He hasn't always not satisfied me emotionally. I've been with him since I was 15 yes I love him very much. I don't expect him to be perfect. I just want him to work on our issues.


----------



## Love Song (Jan 16, 2012)

deejov said:


> Try reading the 5 Love Languages, His Needs Her Needs together and doing the questionaires about each other's needs.
> 
> That can be helpful in showing him that you are not trying to change him, but asking each other to modify your behaviors so that there is a balance in the relationship and you are both happy.
> 
> It can be really useful to fill out that questionaire and read each other's responses.


Thanks for your advice, I am going to look into both of those books and see if we can do it together. Hopefully he'll agree.


----------



## Leaver (Jan 31, 2012)

Yes, this is normal. Guys sometimes don't communicate well because they believe the problem is not poor communication of problems (which can be solved), but genuine conflicts of interest (which only lead to bigger problems). When a problem seems unsolvable, alot of guys clam up and repress their feelings. We just try to deal.

Also, some guys (I have and sometimes do) converse by bouncing ideas off of others, having no attachment to the success of their ideas. To most women I know, this is demoralizing, as they will tend to be attached to their ideas, and when an idea is met with ANOTHER idea, it creates conflict. 

I have no idea why a guy would not be interested in sexually satisfying his wife. That to me is basically inhuman, mean, manipulative, and evil, and a place where there is no room to compromise. Granted, you might need some wierd stuff that he isn't into, but that is about the only place where he gets a pass. In other words, I have no advise there.


----------



## Love Song (Jan 16, 2012)

Leaver said:


> I have no idea why a guy would not be interested in sexually satisfying his wife. That to me is basically inhuman, mean, manipulative, and evil, and a place where there is no room to compromise. Granted, you might need some wierd stuff that he isn't into, but that is about the only place where he gets a pass. In other words, I have no advise there.



Um i didn't say that it doesn't feel good or pleasurable... it does im just not satisfied. ahem

he wants the right things but he doesn't do the work to get the right things. I hope that makes sense. Funny thing is he is the same way in our relationship. Things between us would be so much better if he'd just try at least tried to make it better.


----------



## Love Song (Jan 16, 2012)

COguy said:


> I'll be honest, yes I think this is a guy thing. We tend to live happy lives with the status quo. For many years I was content with my marriage and situation even though my wife was miserable.

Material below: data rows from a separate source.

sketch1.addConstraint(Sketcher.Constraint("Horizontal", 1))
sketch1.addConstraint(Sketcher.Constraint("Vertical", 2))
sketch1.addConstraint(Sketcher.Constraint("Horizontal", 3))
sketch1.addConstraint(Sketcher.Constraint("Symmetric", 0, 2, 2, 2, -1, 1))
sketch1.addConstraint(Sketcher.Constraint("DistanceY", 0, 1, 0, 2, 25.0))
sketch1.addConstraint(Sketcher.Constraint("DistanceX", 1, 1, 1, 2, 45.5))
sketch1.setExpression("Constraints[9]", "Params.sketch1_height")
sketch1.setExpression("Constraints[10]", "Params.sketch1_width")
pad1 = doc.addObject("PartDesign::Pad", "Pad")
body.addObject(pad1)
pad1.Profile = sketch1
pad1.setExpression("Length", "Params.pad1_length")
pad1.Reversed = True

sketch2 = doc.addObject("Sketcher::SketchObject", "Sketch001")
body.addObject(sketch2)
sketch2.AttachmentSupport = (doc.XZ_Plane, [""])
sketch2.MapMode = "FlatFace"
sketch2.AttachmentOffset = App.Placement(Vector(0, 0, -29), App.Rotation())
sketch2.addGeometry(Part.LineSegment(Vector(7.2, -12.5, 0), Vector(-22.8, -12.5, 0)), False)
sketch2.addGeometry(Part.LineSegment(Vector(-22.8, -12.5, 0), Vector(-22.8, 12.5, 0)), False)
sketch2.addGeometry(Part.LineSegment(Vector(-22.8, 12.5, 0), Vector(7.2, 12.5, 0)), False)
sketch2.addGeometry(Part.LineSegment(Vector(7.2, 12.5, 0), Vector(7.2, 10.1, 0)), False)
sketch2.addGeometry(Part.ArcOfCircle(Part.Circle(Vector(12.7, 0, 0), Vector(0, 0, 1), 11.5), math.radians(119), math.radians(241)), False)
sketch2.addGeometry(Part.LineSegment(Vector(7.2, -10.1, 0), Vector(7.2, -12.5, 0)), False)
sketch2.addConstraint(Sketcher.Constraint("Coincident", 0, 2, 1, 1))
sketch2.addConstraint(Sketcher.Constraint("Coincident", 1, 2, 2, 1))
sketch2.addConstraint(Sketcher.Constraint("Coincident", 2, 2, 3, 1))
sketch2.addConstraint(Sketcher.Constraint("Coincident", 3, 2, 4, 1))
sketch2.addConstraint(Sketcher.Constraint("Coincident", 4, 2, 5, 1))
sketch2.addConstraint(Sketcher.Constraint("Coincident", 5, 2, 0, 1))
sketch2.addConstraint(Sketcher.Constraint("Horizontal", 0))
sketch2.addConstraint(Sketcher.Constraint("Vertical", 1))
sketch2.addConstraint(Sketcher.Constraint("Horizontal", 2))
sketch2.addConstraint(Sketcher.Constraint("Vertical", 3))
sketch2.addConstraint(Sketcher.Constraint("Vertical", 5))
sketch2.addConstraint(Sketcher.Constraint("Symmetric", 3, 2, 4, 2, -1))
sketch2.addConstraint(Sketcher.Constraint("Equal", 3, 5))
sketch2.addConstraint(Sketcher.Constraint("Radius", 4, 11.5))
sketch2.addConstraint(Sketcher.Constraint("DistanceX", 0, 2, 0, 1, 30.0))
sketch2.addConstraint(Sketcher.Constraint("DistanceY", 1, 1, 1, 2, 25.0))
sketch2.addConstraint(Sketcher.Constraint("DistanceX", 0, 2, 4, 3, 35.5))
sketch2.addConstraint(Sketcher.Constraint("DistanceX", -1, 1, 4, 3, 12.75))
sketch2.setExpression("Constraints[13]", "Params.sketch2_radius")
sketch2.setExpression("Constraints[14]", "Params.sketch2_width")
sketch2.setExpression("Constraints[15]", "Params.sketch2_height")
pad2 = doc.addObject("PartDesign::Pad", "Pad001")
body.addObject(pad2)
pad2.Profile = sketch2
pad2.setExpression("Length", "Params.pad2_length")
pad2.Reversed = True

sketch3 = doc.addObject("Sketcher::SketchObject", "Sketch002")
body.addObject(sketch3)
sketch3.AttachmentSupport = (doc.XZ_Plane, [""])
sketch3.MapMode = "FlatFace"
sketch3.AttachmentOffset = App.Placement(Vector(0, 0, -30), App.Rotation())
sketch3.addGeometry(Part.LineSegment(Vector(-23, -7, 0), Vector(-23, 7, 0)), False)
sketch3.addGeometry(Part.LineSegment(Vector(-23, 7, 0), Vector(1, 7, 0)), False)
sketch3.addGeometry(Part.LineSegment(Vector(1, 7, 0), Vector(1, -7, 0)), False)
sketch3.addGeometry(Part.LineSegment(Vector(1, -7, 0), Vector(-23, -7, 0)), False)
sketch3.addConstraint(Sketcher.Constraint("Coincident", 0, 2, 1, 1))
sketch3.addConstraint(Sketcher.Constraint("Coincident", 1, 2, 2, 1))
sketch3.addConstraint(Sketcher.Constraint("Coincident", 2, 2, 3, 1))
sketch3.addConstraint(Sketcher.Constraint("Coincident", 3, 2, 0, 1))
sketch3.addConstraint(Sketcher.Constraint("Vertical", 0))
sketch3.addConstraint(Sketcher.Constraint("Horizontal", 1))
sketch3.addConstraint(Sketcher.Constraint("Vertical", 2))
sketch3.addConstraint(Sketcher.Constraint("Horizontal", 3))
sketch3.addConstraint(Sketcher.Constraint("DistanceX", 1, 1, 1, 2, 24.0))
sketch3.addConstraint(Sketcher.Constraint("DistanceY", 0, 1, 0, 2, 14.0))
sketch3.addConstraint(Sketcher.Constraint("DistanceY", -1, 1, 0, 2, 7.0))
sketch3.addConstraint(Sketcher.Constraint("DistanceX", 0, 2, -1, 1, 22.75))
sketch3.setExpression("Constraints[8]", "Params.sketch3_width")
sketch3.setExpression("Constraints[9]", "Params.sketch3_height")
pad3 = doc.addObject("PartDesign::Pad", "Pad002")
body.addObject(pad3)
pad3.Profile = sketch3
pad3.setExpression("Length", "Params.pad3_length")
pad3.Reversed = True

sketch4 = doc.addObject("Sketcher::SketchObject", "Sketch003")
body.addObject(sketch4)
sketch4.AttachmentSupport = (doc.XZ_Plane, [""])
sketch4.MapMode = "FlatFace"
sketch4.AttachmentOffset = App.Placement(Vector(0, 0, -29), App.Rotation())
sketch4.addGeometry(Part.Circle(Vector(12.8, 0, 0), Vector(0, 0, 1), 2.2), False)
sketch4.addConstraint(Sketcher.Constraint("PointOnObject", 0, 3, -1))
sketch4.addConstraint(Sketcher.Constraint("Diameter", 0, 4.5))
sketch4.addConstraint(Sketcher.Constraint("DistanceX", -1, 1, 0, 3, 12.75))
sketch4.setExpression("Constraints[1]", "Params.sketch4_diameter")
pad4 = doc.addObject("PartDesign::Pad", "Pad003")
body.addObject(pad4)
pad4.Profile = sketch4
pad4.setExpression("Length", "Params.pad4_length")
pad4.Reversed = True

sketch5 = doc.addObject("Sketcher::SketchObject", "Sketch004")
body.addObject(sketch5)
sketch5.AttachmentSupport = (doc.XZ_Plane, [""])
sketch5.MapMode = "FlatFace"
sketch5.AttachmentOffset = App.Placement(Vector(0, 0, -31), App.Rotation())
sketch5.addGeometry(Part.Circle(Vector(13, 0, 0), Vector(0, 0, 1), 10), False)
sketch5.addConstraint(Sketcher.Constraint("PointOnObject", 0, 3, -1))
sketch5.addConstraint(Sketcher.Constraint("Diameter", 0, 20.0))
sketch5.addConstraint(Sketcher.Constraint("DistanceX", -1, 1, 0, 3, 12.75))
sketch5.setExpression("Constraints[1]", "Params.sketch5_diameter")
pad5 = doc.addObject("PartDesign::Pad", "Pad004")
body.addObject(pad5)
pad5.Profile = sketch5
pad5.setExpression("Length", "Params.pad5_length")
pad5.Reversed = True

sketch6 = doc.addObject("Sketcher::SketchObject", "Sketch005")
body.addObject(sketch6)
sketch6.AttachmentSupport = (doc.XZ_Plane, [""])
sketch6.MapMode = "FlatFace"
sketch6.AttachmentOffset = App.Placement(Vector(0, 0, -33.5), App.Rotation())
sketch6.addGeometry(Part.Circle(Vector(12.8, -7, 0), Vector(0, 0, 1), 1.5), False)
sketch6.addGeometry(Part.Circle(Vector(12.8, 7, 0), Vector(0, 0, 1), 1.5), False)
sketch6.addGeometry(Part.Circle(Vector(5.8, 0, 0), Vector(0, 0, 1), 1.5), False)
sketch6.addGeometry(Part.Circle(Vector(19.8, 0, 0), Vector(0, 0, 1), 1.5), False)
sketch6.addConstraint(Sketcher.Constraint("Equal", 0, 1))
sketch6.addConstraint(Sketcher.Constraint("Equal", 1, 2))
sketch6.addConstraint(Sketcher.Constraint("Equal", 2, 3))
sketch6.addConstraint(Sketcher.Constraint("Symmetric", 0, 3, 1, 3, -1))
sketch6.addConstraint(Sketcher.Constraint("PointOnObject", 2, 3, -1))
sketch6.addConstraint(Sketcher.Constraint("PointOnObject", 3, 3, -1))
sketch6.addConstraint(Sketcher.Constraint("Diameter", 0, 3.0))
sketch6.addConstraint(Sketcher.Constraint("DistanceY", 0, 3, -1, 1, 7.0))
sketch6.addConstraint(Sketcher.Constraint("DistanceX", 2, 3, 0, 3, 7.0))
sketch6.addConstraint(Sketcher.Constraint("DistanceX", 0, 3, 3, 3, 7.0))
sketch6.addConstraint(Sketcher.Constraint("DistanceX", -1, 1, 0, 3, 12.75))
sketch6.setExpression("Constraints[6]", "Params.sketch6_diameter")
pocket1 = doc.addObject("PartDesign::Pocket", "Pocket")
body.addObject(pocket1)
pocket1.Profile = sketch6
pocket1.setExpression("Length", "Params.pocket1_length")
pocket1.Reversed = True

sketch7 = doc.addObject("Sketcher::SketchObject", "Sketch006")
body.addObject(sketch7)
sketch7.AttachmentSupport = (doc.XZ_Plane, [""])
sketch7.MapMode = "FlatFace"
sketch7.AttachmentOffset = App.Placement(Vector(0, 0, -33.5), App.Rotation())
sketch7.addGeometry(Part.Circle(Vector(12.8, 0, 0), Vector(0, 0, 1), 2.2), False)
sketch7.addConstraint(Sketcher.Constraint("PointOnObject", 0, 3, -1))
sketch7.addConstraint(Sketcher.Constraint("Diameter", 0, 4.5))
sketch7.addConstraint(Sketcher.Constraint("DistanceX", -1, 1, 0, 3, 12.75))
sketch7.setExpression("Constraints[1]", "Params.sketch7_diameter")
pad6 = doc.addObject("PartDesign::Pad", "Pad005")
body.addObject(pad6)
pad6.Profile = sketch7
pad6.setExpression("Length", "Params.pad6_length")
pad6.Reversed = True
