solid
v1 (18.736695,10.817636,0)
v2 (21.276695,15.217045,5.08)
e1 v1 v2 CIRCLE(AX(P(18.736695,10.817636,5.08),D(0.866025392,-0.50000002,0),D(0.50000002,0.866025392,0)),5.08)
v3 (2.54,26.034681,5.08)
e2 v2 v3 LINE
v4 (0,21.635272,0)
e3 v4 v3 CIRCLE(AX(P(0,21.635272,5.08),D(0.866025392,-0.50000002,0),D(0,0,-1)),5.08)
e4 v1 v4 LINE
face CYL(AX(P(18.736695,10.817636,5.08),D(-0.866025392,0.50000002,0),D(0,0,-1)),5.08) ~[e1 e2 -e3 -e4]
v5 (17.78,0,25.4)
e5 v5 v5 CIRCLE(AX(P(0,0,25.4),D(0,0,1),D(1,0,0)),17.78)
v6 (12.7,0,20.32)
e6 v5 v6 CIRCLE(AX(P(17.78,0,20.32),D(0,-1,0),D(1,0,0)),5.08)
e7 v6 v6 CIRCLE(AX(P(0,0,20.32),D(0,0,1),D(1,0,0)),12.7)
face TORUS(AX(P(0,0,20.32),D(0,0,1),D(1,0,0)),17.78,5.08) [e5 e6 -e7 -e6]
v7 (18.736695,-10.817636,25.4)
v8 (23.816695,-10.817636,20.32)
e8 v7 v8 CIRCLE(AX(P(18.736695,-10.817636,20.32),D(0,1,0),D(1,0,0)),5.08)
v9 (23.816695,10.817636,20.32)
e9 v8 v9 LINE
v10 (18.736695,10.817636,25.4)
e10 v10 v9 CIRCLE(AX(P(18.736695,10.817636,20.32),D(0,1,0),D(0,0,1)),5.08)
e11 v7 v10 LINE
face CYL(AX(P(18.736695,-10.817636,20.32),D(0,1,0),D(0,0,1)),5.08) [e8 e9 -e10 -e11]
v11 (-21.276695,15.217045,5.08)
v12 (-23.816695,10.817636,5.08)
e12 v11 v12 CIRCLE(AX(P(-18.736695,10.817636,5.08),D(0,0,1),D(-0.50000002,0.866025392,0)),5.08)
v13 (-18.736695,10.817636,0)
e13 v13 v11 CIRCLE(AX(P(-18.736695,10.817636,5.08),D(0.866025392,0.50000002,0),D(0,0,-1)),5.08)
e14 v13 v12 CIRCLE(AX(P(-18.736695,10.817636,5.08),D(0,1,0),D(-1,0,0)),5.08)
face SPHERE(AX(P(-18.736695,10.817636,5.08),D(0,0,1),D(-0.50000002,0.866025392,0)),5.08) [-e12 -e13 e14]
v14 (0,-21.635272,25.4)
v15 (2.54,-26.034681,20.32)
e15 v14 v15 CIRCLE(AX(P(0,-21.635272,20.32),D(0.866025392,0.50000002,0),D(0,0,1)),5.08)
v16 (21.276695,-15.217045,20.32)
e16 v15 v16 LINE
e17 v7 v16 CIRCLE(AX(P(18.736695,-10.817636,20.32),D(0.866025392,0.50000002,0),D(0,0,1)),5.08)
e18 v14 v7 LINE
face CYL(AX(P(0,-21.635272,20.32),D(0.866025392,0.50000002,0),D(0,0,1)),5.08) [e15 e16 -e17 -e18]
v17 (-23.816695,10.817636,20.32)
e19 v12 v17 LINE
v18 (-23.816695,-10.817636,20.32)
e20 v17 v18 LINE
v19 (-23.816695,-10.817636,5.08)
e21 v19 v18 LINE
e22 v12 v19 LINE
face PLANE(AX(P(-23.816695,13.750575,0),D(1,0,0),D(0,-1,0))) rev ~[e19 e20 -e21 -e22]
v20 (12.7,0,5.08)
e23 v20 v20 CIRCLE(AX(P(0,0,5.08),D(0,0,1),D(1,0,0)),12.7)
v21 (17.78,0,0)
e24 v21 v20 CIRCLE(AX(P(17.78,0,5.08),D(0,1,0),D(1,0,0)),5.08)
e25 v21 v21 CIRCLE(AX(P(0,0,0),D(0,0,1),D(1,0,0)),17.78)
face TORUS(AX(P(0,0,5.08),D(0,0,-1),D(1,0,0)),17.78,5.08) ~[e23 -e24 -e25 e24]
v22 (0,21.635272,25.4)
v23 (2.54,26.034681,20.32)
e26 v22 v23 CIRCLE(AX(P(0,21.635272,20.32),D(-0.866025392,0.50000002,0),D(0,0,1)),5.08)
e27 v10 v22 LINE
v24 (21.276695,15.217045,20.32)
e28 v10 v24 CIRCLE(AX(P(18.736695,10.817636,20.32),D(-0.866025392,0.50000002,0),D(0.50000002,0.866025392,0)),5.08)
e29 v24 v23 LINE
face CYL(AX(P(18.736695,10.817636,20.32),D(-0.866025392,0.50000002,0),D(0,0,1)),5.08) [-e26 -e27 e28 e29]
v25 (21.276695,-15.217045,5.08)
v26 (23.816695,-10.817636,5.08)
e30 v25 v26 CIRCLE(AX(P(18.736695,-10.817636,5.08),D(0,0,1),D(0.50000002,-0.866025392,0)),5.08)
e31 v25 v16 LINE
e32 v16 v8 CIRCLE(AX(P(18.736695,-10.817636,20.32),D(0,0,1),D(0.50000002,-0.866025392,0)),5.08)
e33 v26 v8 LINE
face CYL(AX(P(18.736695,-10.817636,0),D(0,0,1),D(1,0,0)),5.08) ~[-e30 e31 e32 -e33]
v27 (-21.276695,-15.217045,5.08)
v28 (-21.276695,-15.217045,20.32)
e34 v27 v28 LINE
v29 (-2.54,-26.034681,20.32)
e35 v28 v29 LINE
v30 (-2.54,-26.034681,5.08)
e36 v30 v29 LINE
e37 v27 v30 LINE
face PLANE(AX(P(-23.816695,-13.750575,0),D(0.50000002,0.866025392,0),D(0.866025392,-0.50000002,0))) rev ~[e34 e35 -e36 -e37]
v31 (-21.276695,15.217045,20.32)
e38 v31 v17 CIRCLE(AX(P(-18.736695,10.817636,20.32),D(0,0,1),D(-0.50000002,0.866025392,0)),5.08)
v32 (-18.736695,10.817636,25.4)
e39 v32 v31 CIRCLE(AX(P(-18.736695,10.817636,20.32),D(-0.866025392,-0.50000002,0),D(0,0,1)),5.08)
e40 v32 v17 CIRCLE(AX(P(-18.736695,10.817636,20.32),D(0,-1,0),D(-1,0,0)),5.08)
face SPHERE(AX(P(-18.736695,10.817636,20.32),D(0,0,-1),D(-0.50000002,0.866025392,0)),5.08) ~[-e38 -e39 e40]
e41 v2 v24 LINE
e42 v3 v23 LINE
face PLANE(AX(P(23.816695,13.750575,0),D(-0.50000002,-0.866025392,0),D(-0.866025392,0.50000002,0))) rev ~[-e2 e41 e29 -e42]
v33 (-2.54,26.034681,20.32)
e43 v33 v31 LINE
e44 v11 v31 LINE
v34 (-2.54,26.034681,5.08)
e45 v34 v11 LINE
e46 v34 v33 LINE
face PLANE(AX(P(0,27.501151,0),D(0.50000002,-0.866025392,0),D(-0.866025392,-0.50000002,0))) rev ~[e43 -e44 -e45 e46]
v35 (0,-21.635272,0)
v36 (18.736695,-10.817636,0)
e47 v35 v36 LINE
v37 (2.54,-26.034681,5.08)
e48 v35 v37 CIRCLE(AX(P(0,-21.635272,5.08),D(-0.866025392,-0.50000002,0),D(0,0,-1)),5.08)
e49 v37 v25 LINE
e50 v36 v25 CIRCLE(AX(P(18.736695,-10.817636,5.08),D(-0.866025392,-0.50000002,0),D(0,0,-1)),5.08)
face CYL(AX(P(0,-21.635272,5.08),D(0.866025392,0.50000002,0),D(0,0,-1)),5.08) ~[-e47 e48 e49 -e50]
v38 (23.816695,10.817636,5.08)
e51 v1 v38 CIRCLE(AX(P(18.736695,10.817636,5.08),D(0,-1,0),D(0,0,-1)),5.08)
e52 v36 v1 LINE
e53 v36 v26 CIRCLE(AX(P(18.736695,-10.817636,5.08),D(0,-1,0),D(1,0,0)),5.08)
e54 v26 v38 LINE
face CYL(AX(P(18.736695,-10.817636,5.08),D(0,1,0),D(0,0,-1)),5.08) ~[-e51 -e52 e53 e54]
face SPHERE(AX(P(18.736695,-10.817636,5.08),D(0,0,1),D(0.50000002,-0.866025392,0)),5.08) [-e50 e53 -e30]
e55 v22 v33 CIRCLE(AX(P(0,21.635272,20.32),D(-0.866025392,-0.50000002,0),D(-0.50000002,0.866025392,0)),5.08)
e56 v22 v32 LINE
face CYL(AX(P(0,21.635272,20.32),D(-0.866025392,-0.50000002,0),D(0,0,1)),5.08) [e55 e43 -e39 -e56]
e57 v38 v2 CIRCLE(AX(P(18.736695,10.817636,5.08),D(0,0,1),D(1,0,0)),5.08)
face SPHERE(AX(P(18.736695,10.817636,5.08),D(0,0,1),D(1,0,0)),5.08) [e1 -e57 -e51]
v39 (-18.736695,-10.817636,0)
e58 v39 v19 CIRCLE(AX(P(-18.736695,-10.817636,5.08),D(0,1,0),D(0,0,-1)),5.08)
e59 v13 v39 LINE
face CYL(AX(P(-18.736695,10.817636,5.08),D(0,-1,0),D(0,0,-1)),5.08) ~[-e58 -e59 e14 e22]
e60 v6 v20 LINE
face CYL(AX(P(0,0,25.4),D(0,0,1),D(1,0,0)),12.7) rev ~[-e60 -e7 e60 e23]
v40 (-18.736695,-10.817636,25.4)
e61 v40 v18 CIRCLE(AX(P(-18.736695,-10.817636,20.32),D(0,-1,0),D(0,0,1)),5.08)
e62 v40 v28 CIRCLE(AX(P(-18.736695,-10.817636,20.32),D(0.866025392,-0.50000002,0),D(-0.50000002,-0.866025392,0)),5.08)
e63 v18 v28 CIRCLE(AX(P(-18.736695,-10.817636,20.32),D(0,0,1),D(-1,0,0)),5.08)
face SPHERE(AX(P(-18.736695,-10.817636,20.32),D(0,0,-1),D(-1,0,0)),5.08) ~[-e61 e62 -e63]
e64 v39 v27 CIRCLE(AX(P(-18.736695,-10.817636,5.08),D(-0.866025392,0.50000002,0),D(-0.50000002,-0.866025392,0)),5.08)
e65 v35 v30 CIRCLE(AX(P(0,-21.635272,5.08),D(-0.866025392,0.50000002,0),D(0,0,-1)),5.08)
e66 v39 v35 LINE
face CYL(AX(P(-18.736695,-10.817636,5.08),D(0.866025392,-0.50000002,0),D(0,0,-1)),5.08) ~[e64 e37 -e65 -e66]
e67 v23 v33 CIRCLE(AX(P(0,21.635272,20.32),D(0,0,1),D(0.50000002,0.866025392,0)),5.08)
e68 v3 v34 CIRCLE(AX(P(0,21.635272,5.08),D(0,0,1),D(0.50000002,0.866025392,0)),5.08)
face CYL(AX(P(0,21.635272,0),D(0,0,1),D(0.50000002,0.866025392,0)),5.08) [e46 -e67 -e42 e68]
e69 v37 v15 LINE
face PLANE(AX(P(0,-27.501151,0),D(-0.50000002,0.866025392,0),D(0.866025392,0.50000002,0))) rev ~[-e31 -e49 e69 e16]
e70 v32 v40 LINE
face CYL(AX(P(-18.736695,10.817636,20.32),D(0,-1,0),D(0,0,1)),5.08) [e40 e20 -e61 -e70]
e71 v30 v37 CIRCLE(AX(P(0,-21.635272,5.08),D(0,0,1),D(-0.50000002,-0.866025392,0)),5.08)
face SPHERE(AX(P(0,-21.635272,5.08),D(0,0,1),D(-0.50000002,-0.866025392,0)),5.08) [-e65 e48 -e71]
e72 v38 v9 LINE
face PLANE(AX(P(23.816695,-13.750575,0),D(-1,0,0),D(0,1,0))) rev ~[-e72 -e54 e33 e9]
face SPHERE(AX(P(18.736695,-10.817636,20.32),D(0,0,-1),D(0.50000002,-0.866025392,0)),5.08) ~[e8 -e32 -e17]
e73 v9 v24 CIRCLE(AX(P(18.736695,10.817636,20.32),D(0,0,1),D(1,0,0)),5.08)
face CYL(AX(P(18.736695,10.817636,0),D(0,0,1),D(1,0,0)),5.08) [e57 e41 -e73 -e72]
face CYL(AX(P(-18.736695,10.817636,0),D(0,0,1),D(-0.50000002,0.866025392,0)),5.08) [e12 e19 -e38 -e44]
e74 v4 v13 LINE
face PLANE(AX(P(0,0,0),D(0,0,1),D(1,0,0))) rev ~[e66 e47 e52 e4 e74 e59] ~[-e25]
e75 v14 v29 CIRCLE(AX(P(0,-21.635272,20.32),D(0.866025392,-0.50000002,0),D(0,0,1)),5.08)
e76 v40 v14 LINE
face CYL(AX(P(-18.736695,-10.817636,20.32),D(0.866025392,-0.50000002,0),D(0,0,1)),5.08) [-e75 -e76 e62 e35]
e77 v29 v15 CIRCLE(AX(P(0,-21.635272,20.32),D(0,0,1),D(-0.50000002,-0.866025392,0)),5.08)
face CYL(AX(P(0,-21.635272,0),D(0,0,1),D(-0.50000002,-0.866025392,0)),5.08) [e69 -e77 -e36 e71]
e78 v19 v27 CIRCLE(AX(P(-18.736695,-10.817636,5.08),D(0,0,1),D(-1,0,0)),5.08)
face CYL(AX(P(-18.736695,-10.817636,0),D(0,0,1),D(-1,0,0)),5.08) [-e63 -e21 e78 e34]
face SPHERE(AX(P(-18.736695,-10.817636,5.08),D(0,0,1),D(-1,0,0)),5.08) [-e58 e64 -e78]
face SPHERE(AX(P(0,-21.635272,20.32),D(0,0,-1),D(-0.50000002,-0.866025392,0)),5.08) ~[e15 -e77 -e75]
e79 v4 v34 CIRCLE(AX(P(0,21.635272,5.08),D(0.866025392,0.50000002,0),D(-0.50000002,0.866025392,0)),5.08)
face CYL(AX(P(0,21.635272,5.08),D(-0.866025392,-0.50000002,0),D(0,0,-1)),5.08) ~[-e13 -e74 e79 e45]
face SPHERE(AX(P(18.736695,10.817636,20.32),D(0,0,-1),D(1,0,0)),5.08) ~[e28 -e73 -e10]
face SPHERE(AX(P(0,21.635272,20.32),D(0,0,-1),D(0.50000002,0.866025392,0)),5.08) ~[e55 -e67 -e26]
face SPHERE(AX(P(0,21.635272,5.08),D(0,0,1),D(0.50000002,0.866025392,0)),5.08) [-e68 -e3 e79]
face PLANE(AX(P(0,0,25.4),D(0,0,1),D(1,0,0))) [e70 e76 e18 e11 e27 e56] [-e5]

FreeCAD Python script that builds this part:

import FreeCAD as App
import Part
import Sketcher
from FreeCAD import Vector
Q = App.Units.Quantity


def edges_at(feature, points):
    """Names of the edges that pass closest to the given points."""
    edges = feature.Shape.Edges
    near = lambda p: min(range(len(edges)), key=lambda i: edges[i].distToShape(Part.Vertex(*p))[0])
    return sorted({f"Edge{near(p) + 1}" for p in points})

doc = App.newDocument("Part")
body = doc.addObject("PartDesign::Body", "Body")

# Sketch on XY plane
sketch1 = body.newObject("Sketcher::SketchObject", "Sketch")
sketch1.AttachmentSupport = (doc.getObject("XY_Plane"), [""])
sketch1.MapMode = "FlatFace"
sketch1.addGeometry(Part.LineSegment(Vector(24, -14, 0), Vector(24, 14, 0)), False)
sketch1.addGeometry(Part.LineSegment(Vector(24, 14, 0), Vector(0, 28, 0)), False)
sketch1.addGeometry(Part.LineSegment(Vector(0, 28, 0), Vector(-24, 14, 0)), False)
sketch1.addGeometry(Part.LineSegment(Vector(-24, 14, 0), Vector(-24, -14, 0)), False)
sketch1.addGeometry(Part.LineSegment(Vector(-24, -14, 0), Vector(0, -28, 0)), False)
sketch1.addGeometry(Part.LineSegment(Vector(0, -28, 0), Vector(24, -14, 0)), False)
sketch1.addConstraint(Sketcher.Constraint("Coincident", 0, 2, 1, 1))
sketch1.addConstraint(Sketcher.Constraint("Coincident", 1, 2, 2, 1))
sketch1.addConstraint(Sketcher.Constraint("Coincident", 2, 2, 3, 1))
sketch1.addConstraint(Sketcher.Constraint("Coincident", 3, 2, 4, 1))
sketch1.addConstraint(Sketcher.Constraint("Coincident", 4, 2, 5, 1))
sketch1.addConstraint(Sketcher.Constraint("Coincident", 5, 2, 0, 1))
sketch1.addConstraint(Sketcher.Constraint("Vertical", 0))
sketch1.addConstraint(Sketcher.Constraint("Vertical", 3))
sketch1.addConstraint(Sketcher.Constraint("Symmetric", 0, 2, 3, 2, -1, 1))
sketch1.addConstraint(Sketcher.Constraint("Symmetric", 1, 2, 4, 2, -1, 1))
sketch1.addConstraint(Sketcher.Constraint("PointOnObject", 1, 2, -2))
sketch1.addConstraint(Sketcher.Constraint("Parallel", 2, 5))
sketch1.addConstraint(Sketcher.Constraint("Horizontal", 0, 2, 2, 2))
sketch1.addConstraint(Sketcher.Constraint("Angle", 1, Q("149.999999 deg")))
sketch1.addConstraint(Sketcher.Constraint("DistanceY", 0, 1, 0, 2, 27.50115))
sketch1.addConstraint(Sketcher.Constraint("Distance", 1, 27.501151))
pad1 = body.newObject("PartDesign::Pad", "Pad")
pad1.Profile = sketch1
pad1.Length = Q("1 in")
doc.recompute()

It bothers me that many times it takes something drastic to happen for us to "snap out of it", but I suppose that's the way life works.
> 
> I ask myself now what it would have taken, outside of my wife getting involved with someone else, to snap me out of it. And honestly, I think one of the few things that would have hit me, is if she said she told me she was leaving unless I did X,Y, and Z. I really didn't get how unhappy she was until I heard her say some of the things she did in counseling, and this was only because she was seeing someone else. If she would have been serious about leaving, I think I would have come around (maybe not right away, but certainly as she left).
> 
> I don't want to tell you to leave your husband, I think a good start is writing a letter and letting him know just how unhappy you are and SPECIFICALLY what he needs to do to change it. Give it to him when he's not stressed out and you guys aren't fighting, and be as respectful and caring as you can. If that doesn't work, then you can look at escalating it.


The longer this goes on the more I think that is my only option, to leave and "snap him out of it" and I keep trying to ignore it but that seems the only option I have left. Unfortunately I've told him I would leave if x y& z doesn't happen. And when it didn't happen I was too afraid of hurting him to leave. 

So although that might be considered an empty threat now I'll try the letter exercise. Ive never tried that before and if it doesn't work I guess I'll know what options I have left. I'm also going to try reading The 5 Love Languages & His Needs Her Needs with him. All of these seem to be the only optionS I have left. Sigh.
_Posted via Mobile Device_


----------